*What needs to be done*: In the records below, find the line holding "#96=VECTOR('',#95,1.);" and the line holding "#123=EDGE_CURVE('',#121,#16,#122,.T.);". Set down both, with every line between them, exactly.

Stored items
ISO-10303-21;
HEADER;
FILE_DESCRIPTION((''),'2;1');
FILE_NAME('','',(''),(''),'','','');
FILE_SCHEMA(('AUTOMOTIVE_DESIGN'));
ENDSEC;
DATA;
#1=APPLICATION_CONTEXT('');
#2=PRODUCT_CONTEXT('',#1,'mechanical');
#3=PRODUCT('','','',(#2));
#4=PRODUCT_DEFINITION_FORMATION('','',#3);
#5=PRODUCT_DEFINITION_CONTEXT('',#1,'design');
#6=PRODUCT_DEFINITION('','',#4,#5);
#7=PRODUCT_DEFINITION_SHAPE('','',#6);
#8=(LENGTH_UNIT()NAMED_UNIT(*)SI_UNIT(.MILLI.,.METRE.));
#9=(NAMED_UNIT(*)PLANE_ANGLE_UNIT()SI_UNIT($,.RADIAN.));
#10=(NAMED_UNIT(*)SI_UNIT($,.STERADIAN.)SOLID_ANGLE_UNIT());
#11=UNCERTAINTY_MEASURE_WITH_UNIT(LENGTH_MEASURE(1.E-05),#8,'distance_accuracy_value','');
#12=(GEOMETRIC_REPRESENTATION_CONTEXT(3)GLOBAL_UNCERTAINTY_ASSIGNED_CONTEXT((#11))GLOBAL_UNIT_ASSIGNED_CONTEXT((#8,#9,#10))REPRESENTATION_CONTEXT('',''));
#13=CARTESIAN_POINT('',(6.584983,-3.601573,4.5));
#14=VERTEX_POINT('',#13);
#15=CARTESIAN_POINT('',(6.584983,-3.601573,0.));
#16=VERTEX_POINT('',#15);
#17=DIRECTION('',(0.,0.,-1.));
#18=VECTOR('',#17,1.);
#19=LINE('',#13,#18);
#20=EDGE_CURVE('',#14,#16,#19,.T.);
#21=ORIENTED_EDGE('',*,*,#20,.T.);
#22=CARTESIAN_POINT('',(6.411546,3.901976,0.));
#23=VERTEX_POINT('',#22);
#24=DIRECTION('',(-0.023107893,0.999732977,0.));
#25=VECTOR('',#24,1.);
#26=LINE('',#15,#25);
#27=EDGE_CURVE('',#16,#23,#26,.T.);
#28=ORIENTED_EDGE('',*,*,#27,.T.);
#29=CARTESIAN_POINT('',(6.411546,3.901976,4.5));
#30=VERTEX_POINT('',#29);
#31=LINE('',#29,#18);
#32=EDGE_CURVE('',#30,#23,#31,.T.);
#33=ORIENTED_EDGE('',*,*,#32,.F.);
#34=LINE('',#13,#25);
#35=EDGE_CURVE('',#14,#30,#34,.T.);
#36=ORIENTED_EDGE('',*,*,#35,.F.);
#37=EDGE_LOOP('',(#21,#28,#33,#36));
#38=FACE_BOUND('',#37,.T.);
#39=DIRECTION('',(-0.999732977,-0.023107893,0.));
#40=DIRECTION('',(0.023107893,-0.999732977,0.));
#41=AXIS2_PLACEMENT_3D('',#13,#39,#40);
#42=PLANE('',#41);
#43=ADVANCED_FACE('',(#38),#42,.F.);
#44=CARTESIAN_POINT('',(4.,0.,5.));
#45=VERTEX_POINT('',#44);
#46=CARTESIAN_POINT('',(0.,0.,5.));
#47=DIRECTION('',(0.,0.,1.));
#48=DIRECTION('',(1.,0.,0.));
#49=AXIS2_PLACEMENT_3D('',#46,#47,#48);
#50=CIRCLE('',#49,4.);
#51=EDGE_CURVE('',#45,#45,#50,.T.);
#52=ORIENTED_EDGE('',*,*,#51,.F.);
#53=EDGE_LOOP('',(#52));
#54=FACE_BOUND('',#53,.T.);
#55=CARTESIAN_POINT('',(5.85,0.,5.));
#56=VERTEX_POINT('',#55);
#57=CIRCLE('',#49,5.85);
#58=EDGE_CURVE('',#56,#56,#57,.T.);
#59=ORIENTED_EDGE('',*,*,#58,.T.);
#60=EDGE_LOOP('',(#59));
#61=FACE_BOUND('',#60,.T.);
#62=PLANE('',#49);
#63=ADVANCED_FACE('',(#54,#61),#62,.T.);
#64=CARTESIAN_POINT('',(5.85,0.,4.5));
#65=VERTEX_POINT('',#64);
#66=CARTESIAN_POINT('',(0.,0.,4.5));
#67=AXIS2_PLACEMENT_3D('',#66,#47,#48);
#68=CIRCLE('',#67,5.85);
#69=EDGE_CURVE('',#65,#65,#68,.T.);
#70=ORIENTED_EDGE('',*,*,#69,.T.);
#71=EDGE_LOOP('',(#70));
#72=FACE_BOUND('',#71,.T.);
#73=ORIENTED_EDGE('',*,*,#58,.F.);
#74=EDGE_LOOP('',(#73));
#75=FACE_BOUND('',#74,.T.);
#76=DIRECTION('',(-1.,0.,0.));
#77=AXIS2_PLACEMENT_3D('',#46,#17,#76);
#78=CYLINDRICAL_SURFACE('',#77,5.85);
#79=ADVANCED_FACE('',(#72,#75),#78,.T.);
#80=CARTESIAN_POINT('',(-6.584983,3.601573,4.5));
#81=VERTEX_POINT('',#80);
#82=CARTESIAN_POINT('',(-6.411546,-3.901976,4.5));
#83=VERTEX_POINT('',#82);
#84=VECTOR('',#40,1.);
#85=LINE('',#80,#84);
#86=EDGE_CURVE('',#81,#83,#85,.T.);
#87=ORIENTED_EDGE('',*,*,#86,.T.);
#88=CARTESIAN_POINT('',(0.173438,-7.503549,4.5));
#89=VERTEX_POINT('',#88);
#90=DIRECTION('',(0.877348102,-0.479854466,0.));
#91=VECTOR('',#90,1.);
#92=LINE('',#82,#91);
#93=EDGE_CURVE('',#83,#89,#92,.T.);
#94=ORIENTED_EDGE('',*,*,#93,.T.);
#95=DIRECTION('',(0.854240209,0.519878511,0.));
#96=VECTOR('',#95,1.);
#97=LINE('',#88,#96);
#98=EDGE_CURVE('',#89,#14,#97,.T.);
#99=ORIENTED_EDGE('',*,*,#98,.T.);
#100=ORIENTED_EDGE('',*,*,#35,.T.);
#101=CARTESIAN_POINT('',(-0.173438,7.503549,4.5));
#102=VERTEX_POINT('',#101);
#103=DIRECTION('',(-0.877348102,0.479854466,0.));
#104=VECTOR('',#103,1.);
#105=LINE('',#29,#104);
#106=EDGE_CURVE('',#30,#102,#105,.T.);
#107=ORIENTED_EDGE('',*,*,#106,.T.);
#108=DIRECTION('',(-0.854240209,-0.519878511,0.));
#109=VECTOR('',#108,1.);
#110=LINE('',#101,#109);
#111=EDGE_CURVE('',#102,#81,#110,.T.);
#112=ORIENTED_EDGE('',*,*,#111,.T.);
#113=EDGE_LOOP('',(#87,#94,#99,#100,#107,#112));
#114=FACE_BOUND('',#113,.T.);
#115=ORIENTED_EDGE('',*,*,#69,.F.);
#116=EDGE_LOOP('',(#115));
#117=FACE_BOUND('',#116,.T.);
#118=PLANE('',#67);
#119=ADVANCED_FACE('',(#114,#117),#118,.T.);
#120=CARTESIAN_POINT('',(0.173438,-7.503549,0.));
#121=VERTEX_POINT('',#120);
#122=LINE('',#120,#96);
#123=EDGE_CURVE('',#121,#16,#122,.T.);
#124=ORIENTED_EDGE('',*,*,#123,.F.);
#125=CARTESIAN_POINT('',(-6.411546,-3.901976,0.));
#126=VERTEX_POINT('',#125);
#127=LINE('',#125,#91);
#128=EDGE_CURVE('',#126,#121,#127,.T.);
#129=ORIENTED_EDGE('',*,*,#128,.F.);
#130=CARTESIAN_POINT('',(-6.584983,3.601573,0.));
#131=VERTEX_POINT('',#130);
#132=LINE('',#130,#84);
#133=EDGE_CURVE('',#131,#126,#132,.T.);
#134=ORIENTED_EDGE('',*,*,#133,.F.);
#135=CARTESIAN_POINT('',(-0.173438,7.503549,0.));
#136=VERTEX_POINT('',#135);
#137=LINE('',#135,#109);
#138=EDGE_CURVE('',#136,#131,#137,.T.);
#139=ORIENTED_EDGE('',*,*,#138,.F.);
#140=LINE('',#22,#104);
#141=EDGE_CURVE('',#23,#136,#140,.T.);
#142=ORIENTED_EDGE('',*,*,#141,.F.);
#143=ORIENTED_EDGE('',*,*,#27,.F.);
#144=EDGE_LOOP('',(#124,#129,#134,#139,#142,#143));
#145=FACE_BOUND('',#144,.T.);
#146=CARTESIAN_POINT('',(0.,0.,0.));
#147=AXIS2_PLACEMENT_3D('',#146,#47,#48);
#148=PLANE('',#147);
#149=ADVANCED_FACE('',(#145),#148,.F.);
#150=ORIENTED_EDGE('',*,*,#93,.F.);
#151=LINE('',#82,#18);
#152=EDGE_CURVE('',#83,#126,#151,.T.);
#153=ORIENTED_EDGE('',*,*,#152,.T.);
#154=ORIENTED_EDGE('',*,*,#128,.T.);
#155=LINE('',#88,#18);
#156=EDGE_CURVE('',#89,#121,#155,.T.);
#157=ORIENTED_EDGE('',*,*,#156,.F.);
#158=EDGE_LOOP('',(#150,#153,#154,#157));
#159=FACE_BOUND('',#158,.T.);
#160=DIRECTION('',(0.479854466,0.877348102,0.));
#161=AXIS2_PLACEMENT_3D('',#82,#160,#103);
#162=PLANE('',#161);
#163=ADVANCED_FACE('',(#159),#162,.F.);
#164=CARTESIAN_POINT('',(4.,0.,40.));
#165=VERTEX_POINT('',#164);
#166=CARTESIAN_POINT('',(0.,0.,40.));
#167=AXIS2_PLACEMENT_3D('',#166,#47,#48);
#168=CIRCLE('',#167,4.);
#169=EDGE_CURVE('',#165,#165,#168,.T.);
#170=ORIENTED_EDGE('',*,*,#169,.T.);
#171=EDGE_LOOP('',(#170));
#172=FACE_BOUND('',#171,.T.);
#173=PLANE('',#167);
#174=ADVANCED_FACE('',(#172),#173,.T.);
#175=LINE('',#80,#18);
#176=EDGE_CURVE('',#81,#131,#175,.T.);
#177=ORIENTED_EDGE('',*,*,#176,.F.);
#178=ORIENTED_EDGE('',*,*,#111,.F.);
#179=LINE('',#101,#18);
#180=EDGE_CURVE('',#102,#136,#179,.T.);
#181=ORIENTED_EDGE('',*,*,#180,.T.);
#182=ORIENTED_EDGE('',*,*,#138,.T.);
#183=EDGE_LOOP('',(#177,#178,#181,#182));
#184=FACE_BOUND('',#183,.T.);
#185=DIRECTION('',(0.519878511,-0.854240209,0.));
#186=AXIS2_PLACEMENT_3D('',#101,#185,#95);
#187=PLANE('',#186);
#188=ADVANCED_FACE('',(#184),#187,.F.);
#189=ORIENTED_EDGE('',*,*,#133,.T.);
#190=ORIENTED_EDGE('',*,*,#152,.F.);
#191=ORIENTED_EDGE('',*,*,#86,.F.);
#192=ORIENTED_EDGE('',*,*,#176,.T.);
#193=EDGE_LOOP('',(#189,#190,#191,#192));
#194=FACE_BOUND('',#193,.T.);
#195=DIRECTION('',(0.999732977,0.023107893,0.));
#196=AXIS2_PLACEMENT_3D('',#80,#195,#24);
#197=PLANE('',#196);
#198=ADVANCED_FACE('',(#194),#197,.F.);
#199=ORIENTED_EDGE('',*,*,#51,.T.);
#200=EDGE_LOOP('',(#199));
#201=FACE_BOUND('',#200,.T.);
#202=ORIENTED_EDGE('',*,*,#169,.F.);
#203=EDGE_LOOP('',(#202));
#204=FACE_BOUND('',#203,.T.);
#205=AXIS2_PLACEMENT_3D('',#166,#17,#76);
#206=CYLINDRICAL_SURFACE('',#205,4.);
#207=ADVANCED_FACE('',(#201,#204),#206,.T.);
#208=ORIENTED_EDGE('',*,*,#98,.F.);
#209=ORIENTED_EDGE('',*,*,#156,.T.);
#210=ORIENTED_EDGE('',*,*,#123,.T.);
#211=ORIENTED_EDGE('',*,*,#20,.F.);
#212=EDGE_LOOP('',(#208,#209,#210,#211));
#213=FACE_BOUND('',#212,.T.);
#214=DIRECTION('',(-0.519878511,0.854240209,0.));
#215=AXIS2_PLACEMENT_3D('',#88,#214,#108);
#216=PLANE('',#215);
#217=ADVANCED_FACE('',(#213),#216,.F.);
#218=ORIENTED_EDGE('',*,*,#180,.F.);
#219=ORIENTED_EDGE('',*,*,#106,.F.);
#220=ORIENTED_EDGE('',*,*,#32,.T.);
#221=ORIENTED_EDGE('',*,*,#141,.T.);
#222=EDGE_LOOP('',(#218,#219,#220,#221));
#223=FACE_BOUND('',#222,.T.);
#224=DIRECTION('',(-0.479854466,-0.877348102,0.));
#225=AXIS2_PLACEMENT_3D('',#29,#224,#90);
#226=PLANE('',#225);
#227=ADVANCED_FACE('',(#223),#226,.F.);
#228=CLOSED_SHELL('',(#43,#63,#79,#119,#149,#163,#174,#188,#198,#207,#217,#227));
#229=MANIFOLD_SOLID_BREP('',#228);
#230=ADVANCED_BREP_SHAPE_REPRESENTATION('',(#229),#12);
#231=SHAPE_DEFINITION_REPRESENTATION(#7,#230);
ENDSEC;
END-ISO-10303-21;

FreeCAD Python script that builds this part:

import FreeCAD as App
import Part
import Sketcher

V = App.Vector


def add_polygon(sketch, points):
    """Adds a closed chain of lines whose ends are joined by coincident constraints."""
    first, n = sketch.GeometryCount, len(points)
    for a, b in zip(points, points[1:] + points[:1]):
        sketch.addGeometry(Part.LineSegment(App.Vector(*a, 0), App.Vector(*b, 0)), False)
    for i in range(n):
        sketch.addConstraint(Sketcher.Constraint("Coincident", first + i, 2, first + (i + 1) % n, 1))

doc = App.newDocument("Part")
body = doc.addObject("PartDesign::Body", "Body")

# Sketch on XY plane
sketch1 = body.newObject("Sketcher::SketchObject", "Sketch")
sketch1.AttachmentSupport = (doc.getObject("XY_Plane"), [""])
sketch1.MapMode = "FlatFace"
add_polygon(sketch1, [(-6.411546, -3.901976), (0.173438, -7.503549), (6.584983, -3.601573), (6.411546, 3.901976), (-0.173438, 7.503549), (-6.584983, 3.601573)])  # lines 0-5
sketch1.addConstraint([
    Sketcher.Constraint("Symmetric", 0, 2, 3, 2, -1, 1),
    Sketcher.Constraint("Symmetric", 1, 2, 4, 2, -1, 1),
    Sketcher.Constraint("Symmetric", 2, 2, 5, 2, -1, 1),
    Sketcher.Constraint("Equal", 0, 1),
    Sketcher.Constraint("Equal", 1, 2),
    Sketcher.Constraint("DistanceY", 0, 2, 3, 2, 15.007099),
    Sketcher.Constraint("DistanceY", 1, 2, 2, 2, 7.503549),
    Sketcher.Constraint("DistanceX", 0, 2, 2, 2, 6.238108),
    Sketcher.Constraint("DistanceX", 3, 2, 1, 2, 6.758421),
])
pad1 = body.newObject("PartDesign::Pad", "Pad")
pad1.Profile = sketch1
pad1.Length = 4.5

# Sketch on XY plane
sketch2 = body.newObject("Sketcher::SketchObject", "Sketch001")
sketch2.AttachmentSupport = (doc.getObject("XY_Plane"), [""])
sketch2.MapMode = "FlatFace"
sketch2.AttachmentOffset = App.Placement(V(0, 0, 4.5), App.Rotation())
sketch2.addGeometry(Part.Circle(V(0, 0, 0), V(0, 0, 1), 5.85), False)
sketch2.addConstraint([
    Sketcher.Constraint("Coincident", 0, 3, -1, 1),
    Sketcher.Constraint("Diameter", 0, 11.7),
])
pad2 = body.newObject("PartDesign::Pad", "Pad001")
pad2.Profile = sketch2
pad2.Length = 0.5

# Sketch on XY plane
sketch3 = body.newObject("Sketcher::SketchObject", "Sketch002")
sketch3.AttachmentSupport = (doc.getObject("XY_Plane"), [""])
sketch3.MapMode = "FlatFace"
sketch3.AttachmentOffset = App.Placement(V(0, 0, 5), App.Rotation())
sketch3.addGeometry(Part.Circle(V(0, 0, 0), V(0, 0, 1), 4), False)
sketch3.addConstraint([
    Sketcher.Constraint("Coincident", 0, 3, -1, 1),
    Sketcher.Constraint("Diameter", 0, 8.0),
])
pad3 = body.newObject("PartDesign::Pad", "Pad002")
pad3.Profile = sketch3
pad3.Length = 35

doc.recompute()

*The answer*:
#96=VECTOR('',#95,1.);
#97=LINE('',#88,#96);
#98=EDGE_CURVE('',#89,#14,#97,.T.);
#99=ORIENTED_EDGE('',*,*,#98,.T.);
#100=ORIENTED_EDGE('',*,*,#35,.T.);
#101=CARTESIAN_POINT('',(-0.173438,7.503549,4.5));
#102=VERTEX_POINT('',#101);
#103=DIRECTION('',(-0.877348102,0.479854466,0.));
#104=VECTOR('',#103,1.);
#105=LINE('',#29,#104);
#106=EDGE_CURVE('',#30,#102,#105,.T.);
#107=ORIENTED_EDGE('',*,*,#106,.T.);
#108=DIRECTION('',(-0.854240209,-0.519878511,0.));
#109=VECTOR('',#108,1.);
#110=LINE('',#101,#109);
#111=EDGE_CURVE('',#102,#81,#110,.T.);
#112=ORIENTED_EDGE('',*,*,#111,.T.);
#113=EDGE_LOOP('',(#87,#94,#99,#100,#107,#112));
#114=FACE_BOUND('',#113,.T.);
#115=ORIENTED_EDGE('',*,*,#69,.F.);
#116=EDGE_LOOP('',(#115));
#117=FACE_BOUND('',#116,.T.);
#118=PLANE('',#67);
#119=ADVANCED_FACE('',(#114,#117),#118,.T.);
#120=CARTESIAN_POINT('',(0.173438,-7.503549,0.));
#121=VERTEX_POINT('',#120);
#122=LINE('',#120,#96);
#123=EDGE_CURVE('',#121,#16,#122,.T.);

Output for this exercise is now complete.